You shouldn't need to change grind setting between back to back shots.

I'd recommend pretty much the same for the Bambino, except to use a dose of 17-18g in a non-pressurised double.


----------



## ajohn (Sep 23, 2017)

Learningtowalk said:


> My expectation is that the Bambino might be a limited espresso machine - but at least it might be consistent and easier to use... that's what I'm getting at, and asking opinion on.


  I'll try my best to answer. The Hoffman review isn't bad but he doesn't appreciate the cost involved in producing the style of cases that Sage use. It's why they don't change them very often. As plastic he says cheap. 1/2 the story. The tooling is expensive. They also use individual press tools for parts and panels. Yet more cost compared with folding and punching holes in stuff. The features they offer on machines are cheap once a microcontroller goes in and some of those cost peanuts. The software used has been around for ages. They mod it now and again. He doesn't mention that it has a 3 way. He doesn't mention PID but does mention temperature problems on others. He doesn't mention that it can use rather high brew pressures. The grinder setting and dose control that really on them until the OPV opens. A man on here that has used several machines reckons that the milk frothing is good. Lots do. He's wondering about light roasts. The problem in this area is that dose, grinder setting and brew time alter taste. Machines vary so trying to compare keeping all the same isn't all that sensible really. A better idea really is to vary things and see what happens.

The main thing with consistency relates to handling the grinds. It will be on the ROK as well and I would be inclined to say that light tamping on it or a Bambino isn't a good idea when weighing in with a grinder. The Bambino will always deliver water at a rate dependent on the grinds etc. ROK, need to time the lever movements.

The main problem with thermo machines as against boilers is scale.

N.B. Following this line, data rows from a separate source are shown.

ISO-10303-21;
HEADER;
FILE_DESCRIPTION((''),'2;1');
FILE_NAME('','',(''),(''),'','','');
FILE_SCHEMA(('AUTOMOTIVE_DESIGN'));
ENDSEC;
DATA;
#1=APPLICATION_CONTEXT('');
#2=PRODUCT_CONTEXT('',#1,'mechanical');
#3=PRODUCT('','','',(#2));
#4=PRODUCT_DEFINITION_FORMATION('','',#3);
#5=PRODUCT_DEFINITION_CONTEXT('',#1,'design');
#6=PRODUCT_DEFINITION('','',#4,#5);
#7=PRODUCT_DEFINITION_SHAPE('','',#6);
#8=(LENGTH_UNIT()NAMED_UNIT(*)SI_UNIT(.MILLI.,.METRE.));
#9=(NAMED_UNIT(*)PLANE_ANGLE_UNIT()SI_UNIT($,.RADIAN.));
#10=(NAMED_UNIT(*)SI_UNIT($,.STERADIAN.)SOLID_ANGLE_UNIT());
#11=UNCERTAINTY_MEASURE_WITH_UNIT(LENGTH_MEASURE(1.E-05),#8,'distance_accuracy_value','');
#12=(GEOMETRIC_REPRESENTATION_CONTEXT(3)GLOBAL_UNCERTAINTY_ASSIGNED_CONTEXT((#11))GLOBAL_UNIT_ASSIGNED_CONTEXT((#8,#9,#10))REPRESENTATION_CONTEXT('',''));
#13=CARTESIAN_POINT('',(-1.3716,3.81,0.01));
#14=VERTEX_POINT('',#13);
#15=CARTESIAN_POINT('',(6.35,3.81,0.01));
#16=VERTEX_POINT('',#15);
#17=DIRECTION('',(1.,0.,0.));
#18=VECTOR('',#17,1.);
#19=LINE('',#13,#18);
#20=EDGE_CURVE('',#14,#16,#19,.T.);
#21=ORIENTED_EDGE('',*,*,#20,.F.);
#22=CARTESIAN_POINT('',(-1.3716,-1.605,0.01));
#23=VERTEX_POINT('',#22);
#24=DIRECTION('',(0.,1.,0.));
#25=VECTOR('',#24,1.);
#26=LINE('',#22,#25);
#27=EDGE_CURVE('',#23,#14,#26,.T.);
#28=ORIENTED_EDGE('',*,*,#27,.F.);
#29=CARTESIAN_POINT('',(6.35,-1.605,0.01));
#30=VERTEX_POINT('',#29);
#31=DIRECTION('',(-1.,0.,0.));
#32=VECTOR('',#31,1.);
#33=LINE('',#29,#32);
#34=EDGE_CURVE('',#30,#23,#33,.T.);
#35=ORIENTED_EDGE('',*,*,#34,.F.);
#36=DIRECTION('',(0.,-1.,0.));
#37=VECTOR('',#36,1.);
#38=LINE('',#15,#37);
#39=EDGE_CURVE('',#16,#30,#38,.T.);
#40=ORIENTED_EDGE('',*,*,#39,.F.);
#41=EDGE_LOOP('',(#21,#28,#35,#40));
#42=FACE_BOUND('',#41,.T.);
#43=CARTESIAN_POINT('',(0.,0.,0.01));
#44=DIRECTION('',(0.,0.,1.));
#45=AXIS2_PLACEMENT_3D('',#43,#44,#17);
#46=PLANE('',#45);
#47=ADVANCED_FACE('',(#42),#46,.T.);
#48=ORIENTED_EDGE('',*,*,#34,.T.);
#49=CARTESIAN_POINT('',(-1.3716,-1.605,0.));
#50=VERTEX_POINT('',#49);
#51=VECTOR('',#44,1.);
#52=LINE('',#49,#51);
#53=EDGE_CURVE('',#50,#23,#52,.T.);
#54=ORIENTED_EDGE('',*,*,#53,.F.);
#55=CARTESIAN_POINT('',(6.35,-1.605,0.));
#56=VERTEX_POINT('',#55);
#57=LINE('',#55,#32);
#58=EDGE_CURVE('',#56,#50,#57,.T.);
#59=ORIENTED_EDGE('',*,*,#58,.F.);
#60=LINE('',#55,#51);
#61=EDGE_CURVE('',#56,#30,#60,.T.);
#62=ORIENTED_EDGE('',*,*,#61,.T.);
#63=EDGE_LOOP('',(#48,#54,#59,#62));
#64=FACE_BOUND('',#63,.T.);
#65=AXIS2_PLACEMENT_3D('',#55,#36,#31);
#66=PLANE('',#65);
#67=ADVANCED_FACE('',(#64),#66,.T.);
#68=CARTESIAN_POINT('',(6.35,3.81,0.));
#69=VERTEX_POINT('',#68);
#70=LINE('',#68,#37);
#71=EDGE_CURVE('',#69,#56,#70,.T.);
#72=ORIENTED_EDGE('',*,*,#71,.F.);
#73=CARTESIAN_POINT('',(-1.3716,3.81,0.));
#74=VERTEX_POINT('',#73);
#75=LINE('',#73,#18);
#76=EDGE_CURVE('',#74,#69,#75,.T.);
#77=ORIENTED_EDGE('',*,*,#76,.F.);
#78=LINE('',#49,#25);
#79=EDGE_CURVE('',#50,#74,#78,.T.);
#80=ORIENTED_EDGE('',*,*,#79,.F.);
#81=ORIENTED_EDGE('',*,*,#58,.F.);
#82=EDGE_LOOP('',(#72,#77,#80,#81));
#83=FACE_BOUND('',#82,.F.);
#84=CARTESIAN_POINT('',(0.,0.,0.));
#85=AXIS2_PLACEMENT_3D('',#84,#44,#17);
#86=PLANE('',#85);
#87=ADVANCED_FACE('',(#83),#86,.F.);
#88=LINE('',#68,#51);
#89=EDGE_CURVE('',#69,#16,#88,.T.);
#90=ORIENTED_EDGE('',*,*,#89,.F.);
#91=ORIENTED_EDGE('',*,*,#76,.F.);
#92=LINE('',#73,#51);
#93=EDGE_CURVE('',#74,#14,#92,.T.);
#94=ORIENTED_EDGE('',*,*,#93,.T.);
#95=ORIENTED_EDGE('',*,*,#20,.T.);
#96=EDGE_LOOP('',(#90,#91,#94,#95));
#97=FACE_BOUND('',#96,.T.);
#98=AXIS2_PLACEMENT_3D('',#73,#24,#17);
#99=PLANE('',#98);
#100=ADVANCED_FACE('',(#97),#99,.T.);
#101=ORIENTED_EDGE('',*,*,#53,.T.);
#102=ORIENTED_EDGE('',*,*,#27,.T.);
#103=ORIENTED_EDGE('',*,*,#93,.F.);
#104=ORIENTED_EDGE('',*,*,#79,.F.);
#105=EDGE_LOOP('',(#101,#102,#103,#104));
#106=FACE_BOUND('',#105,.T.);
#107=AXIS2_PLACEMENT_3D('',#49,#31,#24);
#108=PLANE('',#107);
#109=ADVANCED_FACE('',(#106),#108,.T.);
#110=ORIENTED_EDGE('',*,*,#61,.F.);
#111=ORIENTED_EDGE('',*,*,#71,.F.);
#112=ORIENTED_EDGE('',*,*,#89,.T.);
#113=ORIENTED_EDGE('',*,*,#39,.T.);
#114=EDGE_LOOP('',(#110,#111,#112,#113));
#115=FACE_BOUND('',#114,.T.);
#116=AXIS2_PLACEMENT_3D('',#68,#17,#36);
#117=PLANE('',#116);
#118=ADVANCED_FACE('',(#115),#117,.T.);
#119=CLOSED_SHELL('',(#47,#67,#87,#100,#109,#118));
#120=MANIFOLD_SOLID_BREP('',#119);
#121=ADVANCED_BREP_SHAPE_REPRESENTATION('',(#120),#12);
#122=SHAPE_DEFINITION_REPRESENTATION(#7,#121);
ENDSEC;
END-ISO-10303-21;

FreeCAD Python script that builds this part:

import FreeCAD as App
import Part
import Sketcher

V = App.Vector
Q = App.Units.Quantity

doc = App.newDocument("Part")
body = doc.addObject("PartDesign::Body", "Body")

# Sketch on XY plane
sketch1 = body.newObject("Sketcher::SketchObject", "Sketch")
sketch1.AttachmentSupport = (doc.getObject("XY_Plane"), [""])
sketch1.MapMode = "FlatFace"
sketch1.addGeometry([
    Part.LineSegment(V(6, 4, 0), V(-1, 4, 0)),
    Part.LineSegment(V(-1, 4, 0), V(-1, -2, 0)),
    Part.LineSegment(V(-1, -2, 0), V(6, -2, 0)),
    Part.LineSegment(V(6, -2, 0), V(6, 4, 0)),
], False)
sketch1.addConstraint([
    Sketcher.Constraint("Coincident", 0, 2, 1, 1),
    Sketcher.Constraint("Coincident", 1, 2, 2, 1),
    Sketcher.Constraint("Coincident", 2, 2, 3, 1),
    Sketcher.Constraint("Coincident", 3, 2, 0, 1),
    Sketcher.Constraint("Horizontal", 0),
    Sketcher.Constraint("Vertical", 1),
    Sketcher.Constraint("Horizontal", 2),
    Sketcher.Constraint("Vertical", 3),
    Sketcher.Constraint("DistanceX", 0, 2, 0, 1, Q("0.304 in")),
    Sketcher.Constraint("DistanceY", -1, 1, 0, 2, Q("0.15 in")),
    Sketcher.Constraint("DistanceX", -1, 1, 2, 2, Q("0.25 in")),
    Sketcher.Constraint("DistanceY", 1, 2, 1, 1, Q("0.2132 in")),
])
pad1 = body.newObject("PartDesign::Pad", "Pad")
pad1.Profile = sketch1
pad1.Length = Q("0.0003937 in")

doc.recompute()
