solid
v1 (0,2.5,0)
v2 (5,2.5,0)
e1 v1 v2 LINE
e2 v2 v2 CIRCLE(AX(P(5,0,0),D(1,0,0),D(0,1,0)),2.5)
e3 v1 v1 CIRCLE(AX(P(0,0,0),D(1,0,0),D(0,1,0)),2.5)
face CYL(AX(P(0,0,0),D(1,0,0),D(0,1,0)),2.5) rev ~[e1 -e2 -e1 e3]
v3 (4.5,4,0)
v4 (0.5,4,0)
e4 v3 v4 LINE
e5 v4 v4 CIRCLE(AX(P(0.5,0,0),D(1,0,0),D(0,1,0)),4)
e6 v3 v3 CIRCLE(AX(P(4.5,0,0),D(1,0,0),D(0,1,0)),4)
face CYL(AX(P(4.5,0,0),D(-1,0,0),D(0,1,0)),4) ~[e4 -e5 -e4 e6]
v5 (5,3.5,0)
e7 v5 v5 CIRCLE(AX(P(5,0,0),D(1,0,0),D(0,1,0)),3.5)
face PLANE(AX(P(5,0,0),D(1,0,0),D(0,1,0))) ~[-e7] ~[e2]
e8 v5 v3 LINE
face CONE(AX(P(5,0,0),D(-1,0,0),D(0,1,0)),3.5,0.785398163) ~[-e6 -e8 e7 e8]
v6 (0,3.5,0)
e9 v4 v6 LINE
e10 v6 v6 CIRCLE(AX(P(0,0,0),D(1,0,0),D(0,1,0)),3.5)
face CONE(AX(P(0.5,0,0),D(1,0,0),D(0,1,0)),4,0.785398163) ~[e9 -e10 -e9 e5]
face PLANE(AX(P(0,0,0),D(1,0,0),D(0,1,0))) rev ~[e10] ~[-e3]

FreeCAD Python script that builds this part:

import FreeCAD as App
import Part
import Sketcher

V = App.Vector
Q = App.Units.Quantity


def add_polygon(sketch, points):
    """Adds a closed chain of lines whose ends are joined by coincident constraints."""
    first, n = sketch.GeometryCount, len(points)
    for a, b in zip(points, points[1:] + points[:1]):
        sketch.addGeometry(Part.LineSegment(App.Vector(*a, 0), App.Vector(*b, 0)), False)
    for i in range(n):
        sketch.addConstraint(Sketcher.Constraint("Coincident", first + i, 2, first + (i + 1) % n, 1))

doc = App.newDocument("Part")
body = doc.addObject("PartDesign::Body", "Body")

# Sketch on XY plane
sketch1 = doc.addObject("Sketcher::SketchObject", "Sketch")
body.addObject(sketch1)
sketch1.AttachmentSupport = (doc.XY_Plane, [""])
sketch1.MapMode = "FlatFace"
add_polygon(sketch1, [(0, 3.5), (0, 2.5), (5, 2.5), (5, 3.5), (4.5, 4), (0.5, 4)])  # lines 0-5
sketch1.addConstraint(Sketcher.Constraint("Vertical", 0))
sketch1.addConstraint(Sketcher.Constraint("Horizontal", 1))
sketch1.addConstraint(Sketcher.Constraint("Vertical", 2))
sketch1.addConstraint(Sketcher.Constraint("Horizontal", 4))
sketch1.addConstraint(Sketcher.Constraint("PointOnObject", 0, 2, -2))
sketch1.addConstraint(Sketcher.Constraint("Perpendicular", 3, 5))
sketch1.addConstraint(Sketcher.Constraint("Horizontal", 2, 2, 5, 2))
sketch1.addConstraint(Sketcher.Constraint("Equal", 3, 5))
sketch1.addConstraint(Sketcher.Constraint("DistanceX", 1, 1, 1, 2, Q("5 mm")))
sketch1.addConstraint(Sketcher.Constraint("DistanceX", 4, 2, 4, 1, Q("4 mm")))
sketch1.addConstraint(Sketcher.Constraint("DistanceY", 0, 2, 0, 1, Q("1 mm")))
sketch1.addConstraint(Sketcher.Constraint("DistanceY", -1, 1, 3, 2, Q("4 mm")))
revolution = doc.addObject("PartDesign::Revolution", "Revolution")
body.addObject(revolution)
revolution.Profile = sketch1
revolution.ReferenceAxis = (sketch1, ["H_Axis"])
revolution.Angle = 360

doc.recompute()
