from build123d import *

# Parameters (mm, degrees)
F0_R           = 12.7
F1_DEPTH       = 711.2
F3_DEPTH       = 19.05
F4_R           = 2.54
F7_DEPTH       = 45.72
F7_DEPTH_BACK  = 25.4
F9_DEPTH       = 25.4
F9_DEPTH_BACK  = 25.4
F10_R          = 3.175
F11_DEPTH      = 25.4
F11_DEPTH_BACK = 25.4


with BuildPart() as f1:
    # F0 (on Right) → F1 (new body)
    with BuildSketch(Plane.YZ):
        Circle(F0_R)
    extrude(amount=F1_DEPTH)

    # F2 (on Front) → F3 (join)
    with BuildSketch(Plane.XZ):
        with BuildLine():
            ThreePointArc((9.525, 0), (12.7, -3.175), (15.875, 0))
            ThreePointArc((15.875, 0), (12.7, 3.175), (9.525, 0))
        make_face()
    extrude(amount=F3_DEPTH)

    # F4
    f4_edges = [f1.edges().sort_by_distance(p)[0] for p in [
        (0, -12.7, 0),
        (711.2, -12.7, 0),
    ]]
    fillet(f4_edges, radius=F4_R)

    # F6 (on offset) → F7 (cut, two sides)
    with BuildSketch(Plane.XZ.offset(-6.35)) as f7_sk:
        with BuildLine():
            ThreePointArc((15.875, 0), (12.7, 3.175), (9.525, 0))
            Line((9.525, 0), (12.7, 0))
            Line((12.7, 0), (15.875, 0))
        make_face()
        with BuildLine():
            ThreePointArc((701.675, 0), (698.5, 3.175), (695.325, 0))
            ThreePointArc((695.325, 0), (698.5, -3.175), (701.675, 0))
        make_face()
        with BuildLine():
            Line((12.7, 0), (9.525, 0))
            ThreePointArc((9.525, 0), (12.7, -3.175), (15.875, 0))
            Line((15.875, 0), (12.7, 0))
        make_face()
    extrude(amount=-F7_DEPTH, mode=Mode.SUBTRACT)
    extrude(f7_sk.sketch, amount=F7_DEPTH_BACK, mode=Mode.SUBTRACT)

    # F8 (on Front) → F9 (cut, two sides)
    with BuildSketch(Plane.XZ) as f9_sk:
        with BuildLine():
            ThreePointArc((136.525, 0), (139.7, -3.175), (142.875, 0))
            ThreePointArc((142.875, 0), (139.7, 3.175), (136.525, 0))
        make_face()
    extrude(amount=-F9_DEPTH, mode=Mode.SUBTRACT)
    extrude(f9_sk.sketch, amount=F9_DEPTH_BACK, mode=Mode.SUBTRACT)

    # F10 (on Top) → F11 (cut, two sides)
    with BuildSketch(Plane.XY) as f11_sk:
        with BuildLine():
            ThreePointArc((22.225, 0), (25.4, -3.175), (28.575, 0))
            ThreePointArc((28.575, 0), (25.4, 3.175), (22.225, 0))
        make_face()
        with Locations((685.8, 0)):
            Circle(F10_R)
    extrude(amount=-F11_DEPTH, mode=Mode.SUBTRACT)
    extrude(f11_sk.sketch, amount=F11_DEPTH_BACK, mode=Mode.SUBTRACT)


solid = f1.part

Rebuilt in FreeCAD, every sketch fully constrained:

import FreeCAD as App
import Part
import Sketcher
Q = App.Units.Quantity


def edges_at(feature, points):
    """Names of the edges that pass closest to the given points."""
    edges = feature.Shape.Edges
    near = lambda p: min(range(len(edges)), key=lambda i: edges[i].distToShape(Part.Vertex(*p))[0])
    return sorted({f"Edge{near(p) + 1}" for p in points})

doc = App.newDocument("Part")
body = doc.addObject("PartDesign::Body", "Body")

sketch1 = doc.addObject("Sketcher::SketchObject", "Sketch")
body.addObject(sketch1)
sketch1.AttachmentSupport = (doc.YZ_Plane, [""])
sketch1.MapMode = "FlatFace"
sketch1.addGeometry(Part.Circle(App.Vector(0, 0, 0), App.Vector(0, 0, 1), 13), False)
sketch1.addConstraint(Sketcher.Constraint("Coincident", 0, 3, -1, 1))
sketch1.addConstraint(Sketcher.Constraint("Diameter", 0, Q("1 in")))
pad1 = doc.addObject("PartDesign::Pad", "Pad")
body.addObject(pad1)
pad1.Profile = sketch1
pad1.Length = Q("28 in")

sketch2 = doc.addObject("Sketcher::SketchObject", "Sketch001")
body.addObject(sketch2)
sketch2.AttachmentSupport = (doc.XZ_Plane, [""])
sketch2.MapMode = "FlatFace"
sketch2.addGeometry(Part.Circle(App.Vector(12.7, 0, 0), App.Vector(0, 0, 1), 3.2), False)
sketch2.addConstraint(Sketcher.Constraint("PointOnObject", 0, 3, -1))
sketch2.addConstraint(Sketcher.Constraint("Diameter", 0, Q("0.25 in")))
sketch2.addConstraint(Sketcher.Constraint("DistanceX", -1, 1, 0, 3, Q("0.5 in")))
pad2 = doc.addObject("PartDesign::Pad", "Pad001")
body.addObject(pad2)
pad2.Profile = sketch2
pad2.Length = Q("0.75 in")
doc.recompute()

fillet = doc.addObject("PartDesign::Fillet", "Fillet")
body.addObject(fillet)
fillet.Base = (pad2, edges_at(pad2, [(0, -12.7, 0), (711.2, -12.7, 0)]))
fillet.Radius = Q("0.1 in")

sketch3 = doc.addObject("Sketcher::SketchObject", "Sketch002")
body.addObject(sketch3)
sketch3.AttachmentSupport = (doc.XZ_Plane, [""])
sketch3.MapMode = "FlatFace"
sketch3.AttachmentOffset = App.Placement(App.Vector(0, 0, -0.25 * 25.4), App.Rotation())
sketch3.addGeometry(Part.Circle(App.Vector(12.7, 0, 0), App.Vector(0, 0, 1), 3.2), False)
sketch3.addGeometry(Part.Circle(App.Vector(698.5, 0, 0), App.Vector(0, 0, 1), 3.2), False)
sketch3.addConstraint(Sketcher.Constraint("Equal", 0, 1))
sketch3.addConstraint(Sketcher.Constraint("PointOnObject", 0, 3, -1))
sketch3.addConstraint(Sketcher.Constraint("PointOnObject", 1, 3, -1))
sketch3.addConstraint(Sketcher.Constraint("Diameter", 0, Q("0.25 in")))
sketch3.addConstraint(Sketcher.Constraint("DistanceX", 0, 3, 1, 3, Q("27 in")))
sketch3.addConstraint(Sketcher.Constraint("DistanceX", -1, 1, 0, 3, Q("0.5 in")))
pocket1 = doc.addObject("PartDesign::Pocket", "Pocket")
body.addObject(pocket1)
pocket1.Profile = sketch3
pocket1.Type = "ThroughAll"
pocket1.Midplane = True

sketch4 = doc.addObject("Sketcher::SketchObject", "Sketch003")
body.addObject(sketch4)
sketch4.AttachmentSupport = (doc.XZ_Plane, [""])
sketch4.MapMode = "FlatFace"
sketch4.addGeometry(Part.Circle(App.Vector(139.7, 0, 0), App.Vector(0, 0, 1), 3.2), False)
sketch4.addConstraint(Sketcher.Constraint("PointOnObject", 0, 3, -1))
sketch4.addConstraint(Sketcher.Constraint("Diameter", 0, Q("0.25 in")))
sketch4.addConstraint(Sketcher.Constraint("DistanceX", -1, 1, 0, 3, Q("5.5 in")))
pocket2 = doc.addObject("PartDesign::Pocket", "Pocket001")
body.addObject(pocket2)
pocket2.Profile = sketch4
pocket2.Type = "ThroughAll"
pocket2.Midplane = True

sketch5 = doc.addObject("Sketcher::SketchObject", "Sketch004")
body.addObject(sketch5)
sketch5.AttachmentSupport = (doc.XY_Plane, [""])
sketch5.MapMode = "FlatFace"
sketch5.addGeometry(Part.Circle(App.Vector(25.4, 0, 0), App.Vector(0, 0, 1), 3.2), False)
sketch5.addGeometry(Part.Circle(App.Vector(685.8, 0, 0), App.Vector(0, 0, 1), 3.2), False)
sketch5.addConstraint(Sketcher.Constraint("Equal", 0, 1))
sketch5.addConstraint(Sketcher.Constraint("PointOnObject", 0, 3, -1))
sketch5.addConstraint(Sketcher.Constraint("PointOnObject", 1, 3, -1))
sketch5.addConstraint(Sketcher.Constraint("Diameter", 0, Q("0.25 in")))
sketch5.addConstraint(Sketcher.Constraint("DistanceX", -1, 1, 0, 3, Q("1 in")))
sketch5.addConstraint(Sketcher.Constraint("DistanceX", -1, 1, 1, 3, Q("27 in")))
pocket3 = doc.addObject("PartDesign::Pocket", "Pocket002")
body.addObject(pocket3)
pocket3.Profile = sketch5
pocket3.Type = "ThroughAll"
pocket3.Midplane = True

doc.recompute()
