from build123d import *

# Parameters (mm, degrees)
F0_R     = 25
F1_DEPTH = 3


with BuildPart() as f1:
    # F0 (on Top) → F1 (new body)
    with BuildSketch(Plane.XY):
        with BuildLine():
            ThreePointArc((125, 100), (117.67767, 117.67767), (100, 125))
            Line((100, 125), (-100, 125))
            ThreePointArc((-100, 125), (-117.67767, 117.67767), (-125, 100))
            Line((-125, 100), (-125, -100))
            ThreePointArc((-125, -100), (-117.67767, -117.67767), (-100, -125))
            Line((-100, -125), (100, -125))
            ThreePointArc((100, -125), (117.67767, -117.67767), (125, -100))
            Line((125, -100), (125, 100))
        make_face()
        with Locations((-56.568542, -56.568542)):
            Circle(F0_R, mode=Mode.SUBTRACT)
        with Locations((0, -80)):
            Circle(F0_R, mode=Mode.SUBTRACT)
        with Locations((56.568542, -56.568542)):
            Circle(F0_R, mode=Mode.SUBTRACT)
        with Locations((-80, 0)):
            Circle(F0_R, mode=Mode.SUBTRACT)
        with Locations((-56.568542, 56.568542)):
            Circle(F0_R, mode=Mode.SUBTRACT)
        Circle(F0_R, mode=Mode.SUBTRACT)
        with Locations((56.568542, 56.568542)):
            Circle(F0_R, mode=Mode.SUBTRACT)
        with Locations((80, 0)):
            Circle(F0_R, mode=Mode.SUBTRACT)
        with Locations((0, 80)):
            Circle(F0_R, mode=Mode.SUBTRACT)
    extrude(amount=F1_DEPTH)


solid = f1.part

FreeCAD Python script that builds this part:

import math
import FreeCAD as App
import Part
import Sketcher
Q = App.Units.Quantity

doc = App.newDocument("Part")
params = doc.addObject("Spreadsheet::Sheet", "Params")
for row, (alias, value) in enumerate([
    ("sketch1_diameter", "50 mm"),
    ("sketch1_width", "200 mm"),
    ("pad1_length", "3 mm"),
], start=1):
    params.set(f"A{row}", alias)
    params.set(f"B{row}", "=" + value)
    params.setAlias(f"B{row}", alias)

body = doc.addObject("PartDesign::Body", "Body")

# Sketch on XY plane
sketch1 = body.newObject("Sketcher::SketchObject", "Sketch")
sketch1.AttachmentSupport = (doc.getObject("XY_Plane"), [""])
sketch1.MapMode = "FlatFace"
sketch1.addGeometry([
    Part.ArcOfCircle(Part.Circle(App.Vector(100, 100, 0), App.Vector(0, 0, 1), 25), math.radians(0), math.radians(90)),  # 0
    Part.LineSegment(App.Vector(100, 125, 0), App.Vector(-100, 125, 0)),  # 1
    Part.ArcOfCircle(Part.Circle(App.Vector(-100, 100, 0), App.Vector(0, 0, 1), 25), math.radians(90), math.radians(180)),  # 2
    Part.LineSegment(App.Vector(-125, 100, 0), App.Vector(-125, -100, 0)),  # 3
    Part.ArcOfCircle(Part.Circle(App.Vector(-100, -100, 0), App.Vector(0, 0, 1), 25), math.radians(180), math.radians(270)),  # 4
    Part.LineSegment(App.Vector(-100, -125, 0), App.Vector(100, -125, 0)),  # 5
    Part.ArcOfCircle(Part.Circle(App.Vector(100, -100, 0), App.Vector(0, 0, 1), 25), math.radians(-90), math.radians(0)),  # 6
    Part.LineSegment(App.Vector(125, -100, 0), App.Vector(125, 100, 0)),  # 7
    Part.Circle(App.Vector(-57, -57, 0), App.Vector(0, 0, 1), 25),  # 8
    Part.Circle(App.Vector(0, -80, 0), App.Vector(0, 0, 1), 25),  # 9
    Part.Circle(App.Vector(57, -57, 0), App.Vector(0, 0, 1), 25),  # 10
    Part.Circle(App.Vector(-80, 0, 0), App.Vector(0, 0, 1), 25),  # 11
    Part.Circle(App.Vector(-57, 57, 0), App.Vector(0, 0, 1), 25),  # 12
    Part.Circle(App.Vector(0, 0, 0), App.Vector(0, 0, 1), 25),  # 13
    Part.Circle(App.Vector(80, 0, 0), App.Vector(0, 0, 1), 25),  # 14
    Part.Circle(App.Vector(0, 80, 0), App.Vector(0, 0, 1), 25),  # 15
    Part.Circle(App.Vector(57, 57, 0), App.Vector(0, 0, 1), 25),  # 16
], False)
sketch1.addConstraint([
    Sketcher.Constraint("Tangent", 0, 2, 1, 1),
    Sketcher.Constraint("Tangent", 1, 2, 2, 1),
    Sketcher.Constraint("Tangent", 2, 2, 3, 1),
    Sketcher.Constraint("Tangent", 3, 2, 4, 1),
    Sketcher.Constraint("Tangent", 4, 2, 5, 1),
    Sketcher.Constraint("Tangent", 5, 2, 6, 1),
    Sketcher.Constraint("Tangent", 6, 2, 7, 1),
    Sketcher.Constraint("Tangent", 7, 2, 0, 1),
    Sketcher.Constraint("Horizontal", 1),
    Sketcher.Constraint("Vertical", 3),
    Sketcher.Constraint("Horizontal", 5),
    Sketcher.Constraint("Vertical", 7),
    Sketcher.Constraint("Coincident", 13, 3, -1, 1),
    Sketcher.Constraint("Equal", 0, 2),
    Sketcher.Constraint("Equal", 2, 4),
    Sketcher.Constraint("Equal", 4, 6),
    Sketcher.Constraint("Equal", 6, 8),
    Sketcher.Constraint("Equal", 8, 9),
    Sketcher.Constraint("Equal", 9, 10),
    Sketcher.Constraint("Equal", 10, 11),
    Sketcher.Constraint("Equal", 11, 12),
    Sketcher.Constraint("Equal", 12, 13),
    Sketcher.Constraint("Equal", 13, 14),
    Sketcher.Constraint("Equal", 14, 15),
    Sketcher.Constraint("Equal", 15, 16),
    Sketcher.Constraint("Symmetric", 0, 3, 4, 3, -1, 1),
    Sketcher.Constraint("Symmetric", 10, 3, 12, 3, -1, 1),
    Sketcher.Constraint("Symmetric", 11, 3, 14, 3, -1, 1),
    Sketcher.Constraint("Symmetric", 9, 3, 15, 3, -1, 1),
    Sketcher.Constraint("Symmetric", 8, 3, 16, 3, -1, 1),
    Sketcher.Constraint("Symmetric", 8, 3, 10, 3, -2),
    Sketcher.Constraint("PointOnObject", 9, 3, -2),
    Sketcher.Constraint("PointOnObject", 11, 3, -1),
    Sketcher.Constraint("Equal", 5, 3),
    Sketcher.Constraint("Diameter", 8, Q("50 mm")),
    Sketcher.Constraint("DistanceX", 1, 2, 1, 1, Q("200 mm")),
    Sketcher.Constraint("DistanceY", 9, 3, -1, 1, Q("80 mm")),
    Sketcher.Constraint("DistanceX", 11, 3, -1, 1, Q("80 mm")),
    Sketcher.Constraint("DistanceX", 4, 3, 8, 3, Q("43.43146 mm")),
    Sketcher.Constraint("DistanceY", 4, 3, 8, 3, Q("43.43146 mm")),
])
sketch1.setExpression("Constraints[34]", "Params.sketch1_diameter")
sketch1.setExpression("Constraints[35]", "Params.sketch1_width")
pad1 = body.newObject("PartDesign::Pad", "Pad")
pad1.Profile = sketch1
pad1.setExpression("Length", "Params.pad1_length")

doc.recompute()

It causes grief on all eventually but it can be said that thermo need more looking after for a trouble free life. People who live in hard water areas are likely to have problems with both. The Sage filters will help with that sort of thing but will need changing when they should be. The machine also tells people when to descale also back flush. Having used a BE I would back flush more often. The Bambino appears to be a BE less the grinder.

 So yes the Bambino will make life easier but don't underestimate the learning curve on just tuning a bean in to suite taste and getting consistency. That just relates to grinds. The machine will look after the rest.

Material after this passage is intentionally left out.